Check each line of the data below for the word "mode", then extract the ones that have it.

Collected data entries:
***

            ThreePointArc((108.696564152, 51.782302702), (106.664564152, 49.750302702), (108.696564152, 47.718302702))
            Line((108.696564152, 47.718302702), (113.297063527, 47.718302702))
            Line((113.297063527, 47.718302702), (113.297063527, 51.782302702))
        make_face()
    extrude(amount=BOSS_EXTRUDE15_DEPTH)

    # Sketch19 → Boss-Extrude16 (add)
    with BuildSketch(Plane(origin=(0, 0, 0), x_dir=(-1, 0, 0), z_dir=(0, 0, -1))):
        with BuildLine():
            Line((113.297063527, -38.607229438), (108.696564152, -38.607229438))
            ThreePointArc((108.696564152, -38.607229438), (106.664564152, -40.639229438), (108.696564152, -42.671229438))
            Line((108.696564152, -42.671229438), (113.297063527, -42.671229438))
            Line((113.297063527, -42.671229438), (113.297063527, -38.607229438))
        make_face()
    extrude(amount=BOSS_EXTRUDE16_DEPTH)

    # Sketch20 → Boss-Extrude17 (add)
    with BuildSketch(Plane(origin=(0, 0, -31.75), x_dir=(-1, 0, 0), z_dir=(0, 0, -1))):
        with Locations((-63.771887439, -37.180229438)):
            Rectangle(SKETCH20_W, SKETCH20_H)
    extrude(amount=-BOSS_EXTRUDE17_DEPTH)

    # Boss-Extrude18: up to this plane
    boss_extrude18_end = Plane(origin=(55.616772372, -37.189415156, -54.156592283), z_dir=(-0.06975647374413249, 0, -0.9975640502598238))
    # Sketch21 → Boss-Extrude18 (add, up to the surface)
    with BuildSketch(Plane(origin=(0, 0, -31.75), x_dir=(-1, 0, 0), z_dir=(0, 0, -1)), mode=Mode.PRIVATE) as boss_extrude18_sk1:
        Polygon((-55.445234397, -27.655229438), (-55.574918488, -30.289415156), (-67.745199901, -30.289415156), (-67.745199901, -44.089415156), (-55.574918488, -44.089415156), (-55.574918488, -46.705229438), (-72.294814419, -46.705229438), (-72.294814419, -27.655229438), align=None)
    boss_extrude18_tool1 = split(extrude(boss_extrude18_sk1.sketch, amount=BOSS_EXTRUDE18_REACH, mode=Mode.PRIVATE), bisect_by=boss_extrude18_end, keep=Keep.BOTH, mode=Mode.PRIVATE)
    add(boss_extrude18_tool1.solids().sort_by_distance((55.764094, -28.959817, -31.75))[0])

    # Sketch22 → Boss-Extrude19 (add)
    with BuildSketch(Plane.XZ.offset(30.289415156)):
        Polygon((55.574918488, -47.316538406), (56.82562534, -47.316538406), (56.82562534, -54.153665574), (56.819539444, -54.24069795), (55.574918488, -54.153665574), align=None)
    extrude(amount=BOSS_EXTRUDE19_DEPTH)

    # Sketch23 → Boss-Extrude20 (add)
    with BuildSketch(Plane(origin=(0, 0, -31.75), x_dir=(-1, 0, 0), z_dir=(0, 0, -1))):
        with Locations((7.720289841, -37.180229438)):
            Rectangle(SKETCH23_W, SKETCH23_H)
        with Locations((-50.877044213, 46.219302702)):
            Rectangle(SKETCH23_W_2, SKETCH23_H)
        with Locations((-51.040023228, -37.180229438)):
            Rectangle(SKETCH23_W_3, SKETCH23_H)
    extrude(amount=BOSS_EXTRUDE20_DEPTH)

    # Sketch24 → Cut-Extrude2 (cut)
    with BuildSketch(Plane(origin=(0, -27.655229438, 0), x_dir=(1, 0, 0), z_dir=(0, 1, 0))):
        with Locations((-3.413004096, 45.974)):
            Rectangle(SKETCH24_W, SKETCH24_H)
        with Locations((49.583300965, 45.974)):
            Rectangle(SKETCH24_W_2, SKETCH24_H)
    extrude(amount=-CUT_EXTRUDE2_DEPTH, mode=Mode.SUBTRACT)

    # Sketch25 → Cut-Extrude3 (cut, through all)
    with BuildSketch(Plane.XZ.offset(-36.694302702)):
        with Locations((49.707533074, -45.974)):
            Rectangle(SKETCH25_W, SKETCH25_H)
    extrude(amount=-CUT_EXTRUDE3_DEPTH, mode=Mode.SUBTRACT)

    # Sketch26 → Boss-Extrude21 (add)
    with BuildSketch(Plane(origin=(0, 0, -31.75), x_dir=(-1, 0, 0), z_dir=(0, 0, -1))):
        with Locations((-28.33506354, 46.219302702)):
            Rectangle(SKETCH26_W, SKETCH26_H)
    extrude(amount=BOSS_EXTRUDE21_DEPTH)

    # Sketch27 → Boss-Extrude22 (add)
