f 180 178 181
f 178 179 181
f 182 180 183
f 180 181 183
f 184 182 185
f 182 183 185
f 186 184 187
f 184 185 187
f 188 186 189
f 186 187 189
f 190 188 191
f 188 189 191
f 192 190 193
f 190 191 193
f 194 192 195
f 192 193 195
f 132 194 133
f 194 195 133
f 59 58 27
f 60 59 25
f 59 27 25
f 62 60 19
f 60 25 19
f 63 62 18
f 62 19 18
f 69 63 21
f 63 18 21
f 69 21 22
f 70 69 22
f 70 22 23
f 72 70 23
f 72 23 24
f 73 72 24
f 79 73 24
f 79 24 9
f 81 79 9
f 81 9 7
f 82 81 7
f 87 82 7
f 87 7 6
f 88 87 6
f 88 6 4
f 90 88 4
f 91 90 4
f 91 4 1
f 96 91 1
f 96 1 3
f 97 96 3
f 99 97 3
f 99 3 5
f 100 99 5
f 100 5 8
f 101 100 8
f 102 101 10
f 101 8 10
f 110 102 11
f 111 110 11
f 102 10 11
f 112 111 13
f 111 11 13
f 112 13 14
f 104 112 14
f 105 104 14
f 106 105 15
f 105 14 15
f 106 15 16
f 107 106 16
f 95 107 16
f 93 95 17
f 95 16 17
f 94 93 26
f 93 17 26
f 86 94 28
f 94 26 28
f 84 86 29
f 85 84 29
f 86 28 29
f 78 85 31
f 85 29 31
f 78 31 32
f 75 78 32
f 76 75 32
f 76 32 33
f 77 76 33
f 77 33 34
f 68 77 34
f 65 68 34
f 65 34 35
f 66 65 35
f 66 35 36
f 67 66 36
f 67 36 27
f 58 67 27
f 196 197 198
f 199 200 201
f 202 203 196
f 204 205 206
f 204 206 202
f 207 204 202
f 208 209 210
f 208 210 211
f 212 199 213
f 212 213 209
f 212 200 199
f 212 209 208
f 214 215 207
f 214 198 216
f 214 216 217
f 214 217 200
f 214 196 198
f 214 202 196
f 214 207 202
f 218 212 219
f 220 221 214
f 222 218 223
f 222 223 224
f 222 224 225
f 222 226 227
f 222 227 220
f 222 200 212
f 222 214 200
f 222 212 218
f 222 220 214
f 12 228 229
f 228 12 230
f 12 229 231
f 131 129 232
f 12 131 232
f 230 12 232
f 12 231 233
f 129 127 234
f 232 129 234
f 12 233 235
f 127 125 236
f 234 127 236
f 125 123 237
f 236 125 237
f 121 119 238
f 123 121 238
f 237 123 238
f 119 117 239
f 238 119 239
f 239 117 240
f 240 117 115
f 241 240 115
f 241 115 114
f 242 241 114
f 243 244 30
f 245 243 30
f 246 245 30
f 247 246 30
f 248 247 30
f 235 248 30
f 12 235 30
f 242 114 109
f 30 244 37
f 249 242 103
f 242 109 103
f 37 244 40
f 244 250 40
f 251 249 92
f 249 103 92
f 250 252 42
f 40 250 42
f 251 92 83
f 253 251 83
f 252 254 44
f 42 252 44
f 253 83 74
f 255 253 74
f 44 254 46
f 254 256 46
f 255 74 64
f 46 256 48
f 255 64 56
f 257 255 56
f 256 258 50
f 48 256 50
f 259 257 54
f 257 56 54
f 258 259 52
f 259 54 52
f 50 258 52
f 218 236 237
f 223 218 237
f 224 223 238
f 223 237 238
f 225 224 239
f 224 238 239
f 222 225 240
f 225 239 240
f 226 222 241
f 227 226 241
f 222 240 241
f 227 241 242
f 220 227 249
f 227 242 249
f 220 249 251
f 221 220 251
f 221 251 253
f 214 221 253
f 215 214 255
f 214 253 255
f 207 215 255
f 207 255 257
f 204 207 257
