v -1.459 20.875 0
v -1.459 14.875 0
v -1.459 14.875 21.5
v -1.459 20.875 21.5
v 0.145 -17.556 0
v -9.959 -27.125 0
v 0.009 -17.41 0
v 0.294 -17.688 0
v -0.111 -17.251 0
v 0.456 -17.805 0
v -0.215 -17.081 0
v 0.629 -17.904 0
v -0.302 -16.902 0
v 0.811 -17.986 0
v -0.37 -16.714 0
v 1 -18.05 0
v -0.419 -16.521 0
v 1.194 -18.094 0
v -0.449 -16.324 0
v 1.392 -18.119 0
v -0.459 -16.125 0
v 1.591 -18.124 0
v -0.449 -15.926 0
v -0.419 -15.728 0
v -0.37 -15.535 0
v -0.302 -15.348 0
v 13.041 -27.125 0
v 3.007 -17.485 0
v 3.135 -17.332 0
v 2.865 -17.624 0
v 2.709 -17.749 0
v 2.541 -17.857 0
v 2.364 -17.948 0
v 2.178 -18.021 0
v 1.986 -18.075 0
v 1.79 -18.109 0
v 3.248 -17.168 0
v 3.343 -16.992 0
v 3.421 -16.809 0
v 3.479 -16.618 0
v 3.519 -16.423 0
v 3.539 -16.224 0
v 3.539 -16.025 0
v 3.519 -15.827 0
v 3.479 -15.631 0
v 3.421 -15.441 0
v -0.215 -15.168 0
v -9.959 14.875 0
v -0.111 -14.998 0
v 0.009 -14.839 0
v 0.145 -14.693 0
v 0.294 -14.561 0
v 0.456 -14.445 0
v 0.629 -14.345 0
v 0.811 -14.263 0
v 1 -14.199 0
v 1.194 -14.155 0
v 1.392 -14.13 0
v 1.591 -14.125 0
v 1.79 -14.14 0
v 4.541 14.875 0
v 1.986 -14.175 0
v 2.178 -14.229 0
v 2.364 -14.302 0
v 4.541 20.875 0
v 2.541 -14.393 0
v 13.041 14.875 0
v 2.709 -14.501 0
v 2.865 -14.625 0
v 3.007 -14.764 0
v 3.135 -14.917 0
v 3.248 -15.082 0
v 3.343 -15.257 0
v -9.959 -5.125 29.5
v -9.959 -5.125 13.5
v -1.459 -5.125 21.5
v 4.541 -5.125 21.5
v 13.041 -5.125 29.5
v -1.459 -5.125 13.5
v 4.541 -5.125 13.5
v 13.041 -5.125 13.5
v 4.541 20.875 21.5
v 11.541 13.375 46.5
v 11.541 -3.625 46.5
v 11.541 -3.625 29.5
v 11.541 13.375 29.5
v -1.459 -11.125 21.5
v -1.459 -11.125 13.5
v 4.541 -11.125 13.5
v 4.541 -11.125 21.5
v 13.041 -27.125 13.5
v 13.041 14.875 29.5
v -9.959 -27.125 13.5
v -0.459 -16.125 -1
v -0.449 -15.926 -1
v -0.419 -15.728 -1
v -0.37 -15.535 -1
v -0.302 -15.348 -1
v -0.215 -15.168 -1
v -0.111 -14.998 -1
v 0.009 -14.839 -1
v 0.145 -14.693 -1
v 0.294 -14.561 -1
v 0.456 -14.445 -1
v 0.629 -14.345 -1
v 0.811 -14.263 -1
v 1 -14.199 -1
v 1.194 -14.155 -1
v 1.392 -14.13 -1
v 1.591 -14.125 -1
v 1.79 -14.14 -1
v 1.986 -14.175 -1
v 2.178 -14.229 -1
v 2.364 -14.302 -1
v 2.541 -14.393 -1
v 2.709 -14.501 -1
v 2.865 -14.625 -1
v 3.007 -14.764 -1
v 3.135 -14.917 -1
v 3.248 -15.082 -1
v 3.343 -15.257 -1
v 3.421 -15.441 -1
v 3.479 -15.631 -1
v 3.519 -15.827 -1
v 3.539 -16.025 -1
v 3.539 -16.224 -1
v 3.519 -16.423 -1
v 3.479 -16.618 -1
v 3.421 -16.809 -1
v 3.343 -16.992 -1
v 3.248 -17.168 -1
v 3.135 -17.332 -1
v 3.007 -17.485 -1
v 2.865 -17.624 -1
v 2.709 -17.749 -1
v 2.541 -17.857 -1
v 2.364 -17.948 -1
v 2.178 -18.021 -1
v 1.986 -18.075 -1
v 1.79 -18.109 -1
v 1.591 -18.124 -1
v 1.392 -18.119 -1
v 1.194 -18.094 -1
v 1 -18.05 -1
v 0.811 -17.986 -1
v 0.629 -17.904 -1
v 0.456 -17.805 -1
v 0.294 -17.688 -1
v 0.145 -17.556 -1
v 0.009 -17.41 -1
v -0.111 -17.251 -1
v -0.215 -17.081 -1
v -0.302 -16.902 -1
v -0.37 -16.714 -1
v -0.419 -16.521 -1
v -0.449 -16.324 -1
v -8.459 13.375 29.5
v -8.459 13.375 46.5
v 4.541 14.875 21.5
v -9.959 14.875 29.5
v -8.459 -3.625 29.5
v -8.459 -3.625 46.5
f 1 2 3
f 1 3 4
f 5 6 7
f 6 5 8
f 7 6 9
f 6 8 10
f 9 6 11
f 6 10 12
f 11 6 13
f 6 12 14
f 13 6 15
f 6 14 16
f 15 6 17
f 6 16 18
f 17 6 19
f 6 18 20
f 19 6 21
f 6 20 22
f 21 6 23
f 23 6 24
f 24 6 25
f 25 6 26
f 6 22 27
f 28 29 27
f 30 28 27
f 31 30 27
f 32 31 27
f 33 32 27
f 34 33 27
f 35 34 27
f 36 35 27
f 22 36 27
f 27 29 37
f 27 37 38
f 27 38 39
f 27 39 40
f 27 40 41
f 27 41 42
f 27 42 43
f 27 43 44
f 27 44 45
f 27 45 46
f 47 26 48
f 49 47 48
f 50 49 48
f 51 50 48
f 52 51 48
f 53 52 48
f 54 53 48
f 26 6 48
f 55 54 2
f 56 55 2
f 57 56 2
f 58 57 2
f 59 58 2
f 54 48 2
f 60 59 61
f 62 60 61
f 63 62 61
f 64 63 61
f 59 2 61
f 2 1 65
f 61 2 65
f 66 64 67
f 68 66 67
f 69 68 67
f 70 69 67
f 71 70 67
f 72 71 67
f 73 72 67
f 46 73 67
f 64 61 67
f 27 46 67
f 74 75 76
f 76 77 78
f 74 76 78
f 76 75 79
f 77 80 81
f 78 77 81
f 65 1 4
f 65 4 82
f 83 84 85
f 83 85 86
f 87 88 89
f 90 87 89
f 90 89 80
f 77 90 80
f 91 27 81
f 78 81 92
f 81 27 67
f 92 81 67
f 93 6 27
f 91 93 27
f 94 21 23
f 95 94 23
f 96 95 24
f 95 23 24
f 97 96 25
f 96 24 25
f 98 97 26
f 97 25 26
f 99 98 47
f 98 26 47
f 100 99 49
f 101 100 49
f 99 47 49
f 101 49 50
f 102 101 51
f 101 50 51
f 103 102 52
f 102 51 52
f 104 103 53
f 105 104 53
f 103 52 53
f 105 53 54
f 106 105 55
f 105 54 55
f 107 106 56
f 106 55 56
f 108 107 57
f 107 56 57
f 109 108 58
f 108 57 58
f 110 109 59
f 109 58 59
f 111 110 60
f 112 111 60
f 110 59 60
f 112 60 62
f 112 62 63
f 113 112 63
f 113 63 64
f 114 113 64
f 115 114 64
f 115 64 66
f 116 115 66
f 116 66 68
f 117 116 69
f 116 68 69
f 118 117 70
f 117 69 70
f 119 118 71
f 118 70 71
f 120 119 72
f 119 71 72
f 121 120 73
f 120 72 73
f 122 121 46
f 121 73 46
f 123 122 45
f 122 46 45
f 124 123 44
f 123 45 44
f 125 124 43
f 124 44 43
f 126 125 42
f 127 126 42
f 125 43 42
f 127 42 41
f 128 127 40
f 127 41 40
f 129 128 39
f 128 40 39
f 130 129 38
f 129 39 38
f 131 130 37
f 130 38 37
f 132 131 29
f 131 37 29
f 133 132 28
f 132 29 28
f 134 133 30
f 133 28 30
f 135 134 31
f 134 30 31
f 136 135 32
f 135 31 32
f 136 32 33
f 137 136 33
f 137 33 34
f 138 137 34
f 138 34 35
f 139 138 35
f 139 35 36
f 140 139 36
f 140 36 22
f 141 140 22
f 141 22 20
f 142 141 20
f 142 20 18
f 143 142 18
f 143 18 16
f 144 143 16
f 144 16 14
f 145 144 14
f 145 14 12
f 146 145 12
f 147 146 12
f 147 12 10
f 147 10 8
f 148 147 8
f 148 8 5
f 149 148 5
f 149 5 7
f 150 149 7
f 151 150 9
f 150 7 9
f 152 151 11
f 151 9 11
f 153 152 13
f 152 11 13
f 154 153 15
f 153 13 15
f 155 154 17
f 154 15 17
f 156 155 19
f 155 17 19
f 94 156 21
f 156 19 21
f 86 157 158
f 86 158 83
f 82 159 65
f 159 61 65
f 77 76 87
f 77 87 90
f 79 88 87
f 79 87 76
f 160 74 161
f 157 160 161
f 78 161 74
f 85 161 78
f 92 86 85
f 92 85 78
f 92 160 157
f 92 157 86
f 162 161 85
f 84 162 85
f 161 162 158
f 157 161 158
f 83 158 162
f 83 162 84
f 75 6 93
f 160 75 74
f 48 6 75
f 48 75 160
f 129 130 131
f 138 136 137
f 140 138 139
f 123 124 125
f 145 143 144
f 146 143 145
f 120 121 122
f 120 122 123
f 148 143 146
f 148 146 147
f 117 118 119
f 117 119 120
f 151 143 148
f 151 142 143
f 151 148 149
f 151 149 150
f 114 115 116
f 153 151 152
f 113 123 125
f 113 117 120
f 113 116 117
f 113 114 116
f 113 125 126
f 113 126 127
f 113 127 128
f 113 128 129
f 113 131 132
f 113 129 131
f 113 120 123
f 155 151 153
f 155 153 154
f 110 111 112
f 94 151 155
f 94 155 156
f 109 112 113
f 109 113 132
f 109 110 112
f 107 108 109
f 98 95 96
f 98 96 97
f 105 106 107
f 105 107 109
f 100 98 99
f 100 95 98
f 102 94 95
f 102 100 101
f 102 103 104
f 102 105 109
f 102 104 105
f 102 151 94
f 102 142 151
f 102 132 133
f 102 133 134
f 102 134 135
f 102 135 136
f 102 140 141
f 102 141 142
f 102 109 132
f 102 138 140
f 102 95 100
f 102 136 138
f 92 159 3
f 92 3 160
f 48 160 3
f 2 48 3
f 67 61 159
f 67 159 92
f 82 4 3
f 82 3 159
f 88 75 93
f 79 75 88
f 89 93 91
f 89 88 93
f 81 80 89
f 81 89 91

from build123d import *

# Parameters (mm, degrees)
SALIENTE_EXTRUIR1_DEPTH = 13.5
CROQUIS2_R              = 2
SALIENTE_EXTRUIR2_DEPTH = 1
CROQUIS6_W              = 6
CROQUIS6_H              = 6
SALIENTE_EXTRUIR3_DEPTH = 8
CROQUIS7_W              = 6
CROQUIS7_H              = 6
SALIENTE_EXTRUIR4_DEPTH = 8
CROQUIS8_W              = 23
CROQUIS8_H              = 20
SALIENTE_EXTRUIR5_DEPTH = 16
CROQUIS9_W              = 20
CROQUIS9_H              = 17
SALIENTE_EXTRUIR6_DEPTH = 17


with BuildPart() as part:
    # Croquis1 → Saliente-Extruir1 (new body)
    with BuildSketch(Plane.XY):
        Polygon((-9.958809275, -27.124651578), (13.041190725, -27.124651578), (13.041190725, 14.875348422), (4.541190725, 14.875348422), (4.541190725, 20.875348422), (-1.458809275, 20.875348422), (-1.458809275, 14.875348422), (-9.958809275, 14.875348422), align=None)
    extrude(amount=SALIENTE_EXTRUIR1_DEPTH)

    # Croquis2 → Saliente-Extruir2 (add)
    with BuildSketch(Plane(origin=(0, 0, 0), x_dir=(-1, 0, 0), z_dir=(0, 0, -1))):
        with Locations((-1.541190725, -16.124651578)):
            Circle(CROQUIS2_R)
    extrude(amount=SALIENTE_EXTRUIR2_DEPTH)

    # Croquis6 → Saliente-Extruir3 (add)
    with BuildSketch(Plane.XY.offset(13.5)):
        with Locations((1.541190725, -8.124651578)):
            Rectangle(CROQUIS6_W, CROQUIS6_H)
    extrude(amount=SALIENTE_EXTRUIR3_DEPTH)

    # Croquis7 → Saliente-Extruir4 (add)
    with BuildSketch(Plane.XY.offset(13.5)):
        with Locations((1.541190725, 17.875348422)):
            Rectangle(CROQUIS7_W, CROQUIS7_H)
    extrude(amount=SALIENTE_EXTRUIR4_DEPTH)

    # Croquis8 → Saliente-Extruir5 (add)
    with BuildSketch(Plane.XY.offset(13.5)):
        with Locations((1.541190725, 4.875348422)):
            Rectangle(CROQUIS8_W, CROQUIS8_H)
    extrude(amount=SALIENTE_EXTRUIR5_DEPTH)

    # Croquis9 → Saliente-Extruir6 (add)
    with BuildSketch(Plane.XY.offset(29.5)):
        with Locations((1.541190725, 4.875348422)):
            Rectangle(CROQUIS9_W, CROQUIS9_H)
    extrude(amount=SALIENTE_EXTRUIR6_DEPTH)


solid = part.part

***

Solution to this exercise:
    with BuildSketch(Plane(origin=(0, 0, -31.75), x_dir=(-1, 0, 0), z_dir=(0, 0, -1)), mode=Mode.PRIVATE) as boss_extrude18_sk1:
    boss_extrude18_tool1 = split(extrude(boss_extrude18_sk1.sketch, amount=BOSS_EXTRUDE18_REACH, mode=Mode.PRIVATE), bisect_by=boss_extrude18_end, keep=Keep.BOTH, mode=Mode.PRIVATE)
    extrude(amount=-CUT_EXTRUDE2_DEPTH, mode=Mode.SUBTRACT)
    extrude(amount=-CUT_EXTRUDE3_DEPTH, mode=Mode.SUBTRACT)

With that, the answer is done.